===== DATASET RECORDS =====

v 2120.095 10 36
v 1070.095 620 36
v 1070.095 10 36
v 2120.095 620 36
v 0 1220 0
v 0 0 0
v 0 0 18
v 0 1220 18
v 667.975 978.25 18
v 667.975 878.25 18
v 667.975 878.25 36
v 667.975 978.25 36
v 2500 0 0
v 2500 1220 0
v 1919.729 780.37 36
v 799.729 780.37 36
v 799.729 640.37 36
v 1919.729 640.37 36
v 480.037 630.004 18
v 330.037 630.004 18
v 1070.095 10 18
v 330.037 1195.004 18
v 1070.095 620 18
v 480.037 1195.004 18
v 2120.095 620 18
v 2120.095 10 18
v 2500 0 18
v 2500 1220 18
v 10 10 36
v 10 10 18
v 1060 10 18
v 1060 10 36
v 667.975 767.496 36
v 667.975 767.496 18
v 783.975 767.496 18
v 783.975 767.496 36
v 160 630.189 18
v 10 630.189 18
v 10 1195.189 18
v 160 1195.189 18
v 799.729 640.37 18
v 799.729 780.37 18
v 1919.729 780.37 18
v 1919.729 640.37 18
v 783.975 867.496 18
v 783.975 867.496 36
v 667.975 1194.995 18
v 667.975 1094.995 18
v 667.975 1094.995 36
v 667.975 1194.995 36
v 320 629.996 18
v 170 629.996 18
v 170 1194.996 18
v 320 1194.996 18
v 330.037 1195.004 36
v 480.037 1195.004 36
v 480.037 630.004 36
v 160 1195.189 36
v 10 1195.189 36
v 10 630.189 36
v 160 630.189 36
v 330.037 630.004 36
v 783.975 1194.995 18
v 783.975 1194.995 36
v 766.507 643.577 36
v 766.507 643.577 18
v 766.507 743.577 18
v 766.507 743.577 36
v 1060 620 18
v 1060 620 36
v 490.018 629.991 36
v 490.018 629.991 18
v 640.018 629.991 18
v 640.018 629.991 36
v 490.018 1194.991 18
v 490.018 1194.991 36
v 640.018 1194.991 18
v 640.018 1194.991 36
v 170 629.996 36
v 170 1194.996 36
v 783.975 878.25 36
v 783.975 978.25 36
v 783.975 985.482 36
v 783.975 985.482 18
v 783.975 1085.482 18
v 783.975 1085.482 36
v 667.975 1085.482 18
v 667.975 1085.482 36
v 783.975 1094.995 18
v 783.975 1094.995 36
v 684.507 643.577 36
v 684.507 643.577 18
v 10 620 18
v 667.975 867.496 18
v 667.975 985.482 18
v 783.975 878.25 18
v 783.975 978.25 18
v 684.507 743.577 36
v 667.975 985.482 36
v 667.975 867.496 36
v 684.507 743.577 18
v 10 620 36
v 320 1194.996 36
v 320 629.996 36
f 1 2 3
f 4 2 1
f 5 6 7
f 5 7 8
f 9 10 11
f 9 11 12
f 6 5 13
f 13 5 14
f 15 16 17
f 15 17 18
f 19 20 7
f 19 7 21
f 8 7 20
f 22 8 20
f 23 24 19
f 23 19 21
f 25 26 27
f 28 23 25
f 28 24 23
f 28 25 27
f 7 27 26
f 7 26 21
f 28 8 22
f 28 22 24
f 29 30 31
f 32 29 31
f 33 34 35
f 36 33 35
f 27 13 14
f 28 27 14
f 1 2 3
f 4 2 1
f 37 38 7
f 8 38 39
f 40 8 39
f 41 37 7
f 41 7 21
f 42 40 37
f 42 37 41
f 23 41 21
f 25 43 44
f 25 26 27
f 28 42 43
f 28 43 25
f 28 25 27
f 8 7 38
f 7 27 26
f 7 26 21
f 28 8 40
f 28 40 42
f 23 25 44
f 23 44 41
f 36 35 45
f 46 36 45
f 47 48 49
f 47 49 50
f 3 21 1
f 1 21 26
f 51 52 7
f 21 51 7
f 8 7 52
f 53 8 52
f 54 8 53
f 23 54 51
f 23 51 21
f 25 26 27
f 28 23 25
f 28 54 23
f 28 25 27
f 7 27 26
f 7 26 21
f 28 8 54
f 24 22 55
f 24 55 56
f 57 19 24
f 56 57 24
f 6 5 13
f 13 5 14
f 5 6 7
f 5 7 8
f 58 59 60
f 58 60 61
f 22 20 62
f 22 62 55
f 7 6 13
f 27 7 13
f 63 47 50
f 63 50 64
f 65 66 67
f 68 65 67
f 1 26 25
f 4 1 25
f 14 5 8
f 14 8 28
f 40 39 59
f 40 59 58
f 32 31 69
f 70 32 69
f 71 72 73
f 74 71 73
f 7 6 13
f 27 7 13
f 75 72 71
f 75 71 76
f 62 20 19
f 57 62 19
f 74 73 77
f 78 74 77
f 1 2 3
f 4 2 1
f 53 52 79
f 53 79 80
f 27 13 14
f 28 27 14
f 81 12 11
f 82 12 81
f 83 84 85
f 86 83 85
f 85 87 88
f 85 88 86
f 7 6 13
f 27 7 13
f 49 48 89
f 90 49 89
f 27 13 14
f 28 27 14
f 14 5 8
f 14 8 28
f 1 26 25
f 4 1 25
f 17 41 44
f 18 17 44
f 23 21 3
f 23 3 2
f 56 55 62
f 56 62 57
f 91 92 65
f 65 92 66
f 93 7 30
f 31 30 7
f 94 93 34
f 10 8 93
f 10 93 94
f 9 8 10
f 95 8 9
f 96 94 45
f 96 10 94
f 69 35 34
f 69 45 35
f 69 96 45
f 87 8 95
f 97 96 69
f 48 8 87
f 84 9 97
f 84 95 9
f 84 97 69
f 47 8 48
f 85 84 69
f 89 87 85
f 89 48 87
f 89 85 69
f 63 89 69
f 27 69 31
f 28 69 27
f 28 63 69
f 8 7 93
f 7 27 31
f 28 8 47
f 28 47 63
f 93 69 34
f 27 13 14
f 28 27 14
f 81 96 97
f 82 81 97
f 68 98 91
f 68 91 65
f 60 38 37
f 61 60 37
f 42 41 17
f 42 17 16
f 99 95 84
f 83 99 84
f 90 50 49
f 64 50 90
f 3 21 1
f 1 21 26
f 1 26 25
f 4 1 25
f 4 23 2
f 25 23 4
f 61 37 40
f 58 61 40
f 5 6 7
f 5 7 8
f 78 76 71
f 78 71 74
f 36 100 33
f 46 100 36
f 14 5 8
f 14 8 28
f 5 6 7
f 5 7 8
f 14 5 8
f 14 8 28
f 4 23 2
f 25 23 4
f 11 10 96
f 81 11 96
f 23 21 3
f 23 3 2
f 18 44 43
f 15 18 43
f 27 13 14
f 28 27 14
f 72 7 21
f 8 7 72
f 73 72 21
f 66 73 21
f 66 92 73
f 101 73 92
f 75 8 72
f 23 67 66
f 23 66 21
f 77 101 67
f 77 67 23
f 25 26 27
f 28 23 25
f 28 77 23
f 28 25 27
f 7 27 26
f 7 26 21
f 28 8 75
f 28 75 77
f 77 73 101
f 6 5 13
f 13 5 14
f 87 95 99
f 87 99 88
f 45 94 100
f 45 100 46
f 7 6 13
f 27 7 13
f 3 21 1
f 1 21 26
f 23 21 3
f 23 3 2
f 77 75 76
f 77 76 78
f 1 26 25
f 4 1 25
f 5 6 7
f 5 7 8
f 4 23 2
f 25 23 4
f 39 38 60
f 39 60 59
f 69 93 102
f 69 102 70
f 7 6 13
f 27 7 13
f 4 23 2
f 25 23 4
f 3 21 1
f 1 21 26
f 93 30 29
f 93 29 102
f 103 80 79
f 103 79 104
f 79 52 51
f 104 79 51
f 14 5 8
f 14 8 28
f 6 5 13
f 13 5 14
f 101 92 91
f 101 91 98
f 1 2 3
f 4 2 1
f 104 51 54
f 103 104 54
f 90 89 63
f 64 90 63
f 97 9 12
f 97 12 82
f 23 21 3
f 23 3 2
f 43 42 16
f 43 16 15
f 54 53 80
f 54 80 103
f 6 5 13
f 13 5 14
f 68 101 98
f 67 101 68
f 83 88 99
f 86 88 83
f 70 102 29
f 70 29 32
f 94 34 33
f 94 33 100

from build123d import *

# Parameters (mm, degrees)
BOX_W        = 2500
BOX_H        = 1220
BOX_DEPTH    = 18
SKETCH002_W  = 1050
SKETCH002_H  = 610
PAD_DEPTH    = 18
SKETCH005_W  = 150
SKETCH005_H  = 565
PAD004_DEPTH = 18
SKETCH004_W  = 150
SKETCH004_H  = 565
PAD005_DEPTH = 18
SKETCH_W     = 1050
SKETCH_H     = 610
PAD001_DEPTH = 18
SKETCH007_W  = 116
SKETCH007_H  = 100
PAD006_DEPTH = 18
SKETCH003_W  = 150
SKETCH003_H  = 565
PAD002_DEPTH = 18
SKETCH009_W  = 1120
SKETCH009_H  = 140
PAD007_DEPTH = 18
SKETCH006_W  = 150
SKETCH006_H  = 565
PAD003_DEPTH = 18
SKETCH010_W  = 82
SKETCH010_H  = 100
PAD008_DEPTH = 18


with BuildPart() as plaat_18mm_153x310:
    # Box → Box (new body)
    with BuildSketch(Plane.XY):
        with Locations((1250, 610)):
            Rectangle(BOX_W, BOX_H)
    extrude(amount=BOX_DEPTH)


with BuildPart() as pad:
    # Pad base: copy of Plaat 18mm (153x310)
    add(plaat_18mm_153x310.part)

    # Sketch002 → Pad (new body)
    with BuildSketch(Plane.XY.offset(18)):
        with Locations((1595.094727, 315)):
            Rectangle(SKETCH002_W, SKETCH002_H)
    extrude(amount=PAD_DEPTH)


with BuildPart() as pad004:
    # Pad004 base: copy of Pad
    add(pad.part)

    # Sketch005 → Pad004 (new body)
    with BuildSketch(Plane.XY.offset(18)):
        with Locations((405.037323, 912.504272)):
            Rectangle(SKETCH005_W, SKETCH005_H)
    extrude(amount=PAD004_DEPTH)


with BuildPart() as pad005:
    # Pad005 base: copy of Pad
    add(pad.part)

    # Sketch004 → Pad005 (new body)
    with BuildSketch(Plane.XY.offset(18)):
        with Locations((244.99971, 912.496216)):
            Rectangle(SKETCH004_W, SKETCH004_H)
    extrude(amount=PAD005_DEPTH)


with BuildPart() as pad006:
    # Pad001 base: copy of Plaat 18mm (153x310)
    add(plaat_18mm_153x310.part)

    # Sketch → Pad001 (new body)
    with BuildSketch(Plane.XY.offset(18)):
        with Locations((535, 315)):
            Rectangle(SKETCH_W, SKETCH_H)
    extrude(amount=PAD001_DEPTH)

    # Sketch007 → Pad006 (new body)
    with BuildSketch(Plane.XY.offset(18)):
        with Locations((725.975285, 1144.995477)):
            Rectangle(SKETCH007_W, SKETCH007_H)
        with Locations((725.975285, 1035.482117)):
            Rectangle(SKETCH007_W, SKETCH007_H)
        with Locations((725.975285, 817.496331)):
            Rectangle(SKETCH007_W, SKETCH007_H)
        with Locations((725.975285, 928.249755)):
            Rectangle(SKETCH007_W, SKETCH007_H)
    extrude(amount=PAD006_DEPTH)


with BuildPart() as pad007:
    # Pad002 base: copy of Pad
    add(pad.part)

    # Sketch003 → Pad002 (new body)
    with BuildSketch(Plane.XY.offset(18)):
        with Locations((85, 912.688904)):
            Rectangle(SKETCH003_W, SKETCH003_H)
    extrude(amount=PAD002_DEPTH)

    # Sketch009 → Pad007 (new body)
    with BuildSketch(Plane.XY.offset(18)):
        with Locations((1359.729137, 710.37044)):
            Rectangle(SKETCH009_W, SKETCH009_H)
    extrude(amount=PAD007_DEPTH)


with BuildPart() as pad008:
    # Pad003 base: copy of Pad
    add(pad.part)

    # Sketch006 → Pad003 (new body)
    with BuildSketch(Plane.XY.offset(18)):
        with Locations((565.017548, 912.491394)):
            Rectangle(SKETCH006_W, SKETCH006_H)
    extrude(amount=PAD003_DEPTH)

    # Sketch010 → Pad008 (new body)
    with BuildSketch(Plane.XY.offset(18)):
        with Locations((725.507202, 693.577392)):
            Rectangle(SKETCH010_W, SKETCH010_H)
    extrude(amount=PAD008_DEPTH)


solid = Compound([pad004.part, pad005.part, pad006.part, pad007.part, pad008.part])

=====

* [ASSIGNED TASK]:
Restate, please, word for word the span of records running from the first line to the line bearing "v 667.975 767.496 18", both included, and nothing outside it.

* [RESULT OF THE TASK]:
v 2120.095 10 36
v 1070.095 620 36
v 1070.095 10 36
v 2120.095 620 36
v 0 1220 0
v 0 0 0
v 0 0 18
v 0 1220 18
v 667.975 978.25 18
v 667.975 878.25 18
v 667.975 878.25 36
v 667.975 978.25 36
v 2500 0 0
v 2500 1220 0
v 1919.729 780.37 36
v 799.729 780.37 36
v 799.729 640.37 36
v 1919.729 640.37 36
v 480.037 630.004 18
v 330.037 630.004 18
v 1070.095 10 18
v 330.037 1195.004 18
v 1070.095 620 18
v 480.037 1195.004 18
v 2120.095 620 18
v 2120.095 10 18
v 2500 0 18
v 2500 1220 18
v 10 10 36
v 10 10 18
v 1060 10 18
v 1060 10 36
v 667.975 767.496 36
v 667.975 767.496 18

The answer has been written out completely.